For a man that has contributed to two administrations in the past 15 years, I understand and somewhat agree with the conservative mindset that Biden’s actions look illogical. Watching the President’s speech left me confused and upset as well. His depiction of the Afghan military was heartless to say the least. Characterizing Afghan soldiers as quitters who gave up “sometimes without trying to fight” is a gross misrepresentation of what the citizens of Afghanistan have been put through. As a country, I feel we need to remember that the common enemy is not the Afghan citizens but the Taliban, whose brutal leaders have infected a beautiful country and ruled it with hatred and ignorance. Regardless of how I personally feel about Biden’s presentation of this policy, I know that there were only two real options: maintaining the status quo or withdrawing completely.

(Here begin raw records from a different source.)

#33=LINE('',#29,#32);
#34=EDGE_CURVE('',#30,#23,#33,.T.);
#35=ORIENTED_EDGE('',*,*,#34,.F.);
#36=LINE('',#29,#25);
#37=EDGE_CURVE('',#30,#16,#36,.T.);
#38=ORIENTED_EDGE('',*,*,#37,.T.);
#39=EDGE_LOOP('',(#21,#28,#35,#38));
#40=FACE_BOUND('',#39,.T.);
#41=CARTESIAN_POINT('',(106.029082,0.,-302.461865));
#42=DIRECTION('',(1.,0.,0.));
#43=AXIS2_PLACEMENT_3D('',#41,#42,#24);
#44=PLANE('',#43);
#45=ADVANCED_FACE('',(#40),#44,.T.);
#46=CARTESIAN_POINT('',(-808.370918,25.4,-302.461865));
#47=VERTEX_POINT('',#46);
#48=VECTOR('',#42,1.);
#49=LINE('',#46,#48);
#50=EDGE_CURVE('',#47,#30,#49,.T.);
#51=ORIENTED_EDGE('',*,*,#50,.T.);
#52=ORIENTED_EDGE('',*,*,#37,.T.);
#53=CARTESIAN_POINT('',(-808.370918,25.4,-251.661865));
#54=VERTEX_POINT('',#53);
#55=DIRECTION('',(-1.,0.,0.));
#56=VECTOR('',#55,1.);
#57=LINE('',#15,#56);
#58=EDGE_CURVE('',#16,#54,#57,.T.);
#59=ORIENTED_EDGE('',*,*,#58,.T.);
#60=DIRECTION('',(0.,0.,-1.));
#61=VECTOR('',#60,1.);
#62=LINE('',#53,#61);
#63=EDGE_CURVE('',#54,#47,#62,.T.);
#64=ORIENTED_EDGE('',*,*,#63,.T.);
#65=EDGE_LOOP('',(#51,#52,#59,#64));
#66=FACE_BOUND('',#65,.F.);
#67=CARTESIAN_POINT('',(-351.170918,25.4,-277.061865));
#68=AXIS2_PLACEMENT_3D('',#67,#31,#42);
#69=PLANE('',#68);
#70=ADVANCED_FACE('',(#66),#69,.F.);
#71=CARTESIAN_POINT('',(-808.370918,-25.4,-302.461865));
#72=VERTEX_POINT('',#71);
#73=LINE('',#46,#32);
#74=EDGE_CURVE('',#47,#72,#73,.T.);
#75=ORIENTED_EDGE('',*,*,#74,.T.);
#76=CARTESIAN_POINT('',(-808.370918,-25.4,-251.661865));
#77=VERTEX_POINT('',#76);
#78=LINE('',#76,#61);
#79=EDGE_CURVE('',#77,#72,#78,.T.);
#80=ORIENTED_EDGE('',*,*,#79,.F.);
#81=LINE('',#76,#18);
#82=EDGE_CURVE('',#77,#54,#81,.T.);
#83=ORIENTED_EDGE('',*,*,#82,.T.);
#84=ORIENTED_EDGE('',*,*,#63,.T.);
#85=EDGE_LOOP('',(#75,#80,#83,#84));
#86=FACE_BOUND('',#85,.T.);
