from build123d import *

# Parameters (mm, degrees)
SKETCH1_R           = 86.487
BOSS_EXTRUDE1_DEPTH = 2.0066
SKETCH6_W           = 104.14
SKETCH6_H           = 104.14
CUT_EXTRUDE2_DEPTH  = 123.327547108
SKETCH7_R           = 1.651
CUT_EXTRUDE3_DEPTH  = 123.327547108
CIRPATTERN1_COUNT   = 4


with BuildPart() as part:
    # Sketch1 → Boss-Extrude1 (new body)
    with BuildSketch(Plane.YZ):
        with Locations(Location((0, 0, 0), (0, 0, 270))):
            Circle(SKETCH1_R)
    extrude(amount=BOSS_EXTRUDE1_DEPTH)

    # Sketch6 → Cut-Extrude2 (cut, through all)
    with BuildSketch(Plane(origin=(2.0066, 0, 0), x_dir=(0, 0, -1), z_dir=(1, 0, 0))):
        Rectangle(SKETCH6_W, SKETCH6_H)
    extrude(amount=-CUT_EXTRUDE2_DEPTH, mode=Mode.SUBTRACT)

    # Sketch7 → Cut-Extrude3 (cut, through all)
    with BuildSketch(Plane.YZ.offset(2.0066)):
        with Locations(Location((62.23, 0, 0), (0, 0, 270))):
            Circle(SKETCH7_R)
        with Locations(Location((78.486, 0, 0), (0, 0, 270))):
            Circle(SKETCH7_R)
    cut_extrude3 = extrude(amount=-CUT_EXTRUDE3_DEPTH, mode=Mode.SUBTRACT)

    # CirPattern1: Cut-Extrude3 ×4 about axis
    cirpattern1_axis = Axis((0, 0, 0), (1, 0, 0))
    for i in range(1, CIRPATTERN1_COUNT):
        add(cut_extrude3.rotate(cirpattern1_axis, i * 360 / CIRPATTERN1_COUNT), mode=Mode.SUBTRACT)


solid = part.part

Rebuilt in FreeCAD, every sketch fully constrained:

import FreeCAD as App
import Part
import Sketcher

V = App.Vector
Q = App.Units.Quantity

doc = App.newDocument("Part")
body = doc.addObject("PartDesign::Body", "Body")

sketch1 = doc.addObject("Sketcher::SketchObject", "Sketch")
body.addObject(sketch1)
sketch1.AttachmentSupport = (doc.YZ_Plane, [""])
sketch1.MapMode = "FlatFace"
sketch1.addGeometry(Part.Circle(V(0, 0, 0), V(0, 0, 1), 86), False)
sketch1.addConstraint([
    Sketcher.Constraint("Coincident", 0, 3, -1, 1),
    Sketcher.Constraint("Diameter", 0, Q("6.81 in")),
])
pad1 = doc.addObject("PartDesign::Pad", "Pad")
body.addObject(pad1)
pad1.Profile = sketch1
pad1.Length = Q("0.079 in")

sketch2 = doc.addObject("Sketcher::SketchObject", "Sketch001")
body.addObject(sketch2)
sketch2.AttachmentSupport = (doc.YZ_Plane, [""])
sketch2.MapMode = "FlatFace"
sketch2.AttachmentOffset = App.Placement(V(0, 0, 0.079 * 25.4), App.Rotation())
sketch2.addGeometry([
    Part.LineSegment(V(52, 52, 0), V(-52, 52, 0)),
    Part.LineSegment(V(-52, 52, 0), V(-52, -52, 0)),
    Part.LineSegment(V(-52, -52, 0), V(52, -52, 0)),
    Part.LineSegment(V(52, -52, 0), V(52, 52, 0)),
], False)
sketch2.addConstraint([
    Sketcher.Constraint("Coincident", 0, 2, 1, 1),
    Sketcher.Constraint("Coincident", 1, 2, 2, 1),
    Sketcher.Constraint("Coincident", 2, 2, 3, 1),
    Sketcher.Constraint("Coincident", 3, 2, 0, 1),
    Sketcher.Constraint("Horizontal", 0),
    Sketcher.Constraint("Vertical", 1),
    Sketcher.Constraint("Horizontal", 2),
    Sketcher.Constraint("Vertical", 3),
    Sketcher.Constraint("Symmetric", 0, 2, 2, 2, -1, 1),
    Sketcher.Constraint("Equal", 2, 1),
    Sketcher.Constraint("DistanceX", 0, 2, 0, 1, Q("4.1 in")),
])
pocket1 = doc.addObject("PartDesign::Pocket", "Pocket")
body.addObject(pocket1)
pocket1.Profile = sketch2
pocket1.Type = "ThroughAll"

sketch3 = doc.addObject("Sketcher::SketchObject", "Sketch002")
body.addObject(sketch3)
sketch3.AttachmentSupport = (doc.YZ_Plane, [""])
sketch3.MapMode = "FlatFace"
sketch3.AttachmentOffset = App.Placement(V(0, 0, 0.079 * 25.4), App.Rotation())
sketch3.addGeometry([
    Part.Circle(V(62.2, 0, 0), V(0, 0, 1), 1.7),
    Part.Circle(V(78.5, 0, 0), V(0, 0, 1), 1.7),
], False)
sketch3.addConstraint([
    Sketcher.Constraint("Equal", 0, 1),
    Sketcher.Constraint("PointOnObject", 0, 3, -1),
    Sketcher.Constraint("PointOnObject", 1, 3, -1),
    Sketcher.Constraint("Diameter", 0, Q("0.13 in")),
    Sketcher.Constraint("DistanceX", -1, 1, 0, 3, Q("2.45 in")),
    Sketcher.Constraint("DistanceX", -1, 1, 1, 3, Q("3.09 in")),
])
pocket2 = doc.addObject("PartDesign::Pocket", "Pocket001")
body.addObject(pocket2)
pocket2.Profile = sketch3
pocket2.Type = "ThroughAll"
doc.recompute()

polarpattern = doc.addObject("PartDesign::PolarPattern", "PolarPattern")
body.addObject(polarpattern)
polarpattern.Originals = [pocket2]
polarpattern.Axis = (doc.X_Axis, [""])
polarpattern.Angle = 360
polarpattern.Occurrences = 4
body.Tip = polarpattern

doc.recompute()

As President Trump’s successor, Biden had to make the decision of continuing the ongoing policy or dismantling it entirely. And according to Trump’s most recent Secretary of Defense Chris Miller, Trump’s negotiation with the Taliban was not actually a plan to permanently withdraw U.S. troops. Instead, according to Defense One in 2021, Trump’s policy was to convince the president of Afghanistan to allow some troops in the country permanently to combat the Taliban’s terrorism. Although this timeline explains President Biden’s decision, it does not make it any less painful. As journalist Eugene Robinson points out in his Washington Post article, “If there is a graceful, orderly way to abandon involvement in a brutal, unresolved civil war on the other side of the world, please cite historical precedents. I can’t find them.” There is no way this could have ended positively for the United States and Afghanistan. So, as Robinson states, “history will see this withdrawal, painful as it is to watch, not as ignominious but as inevitable.”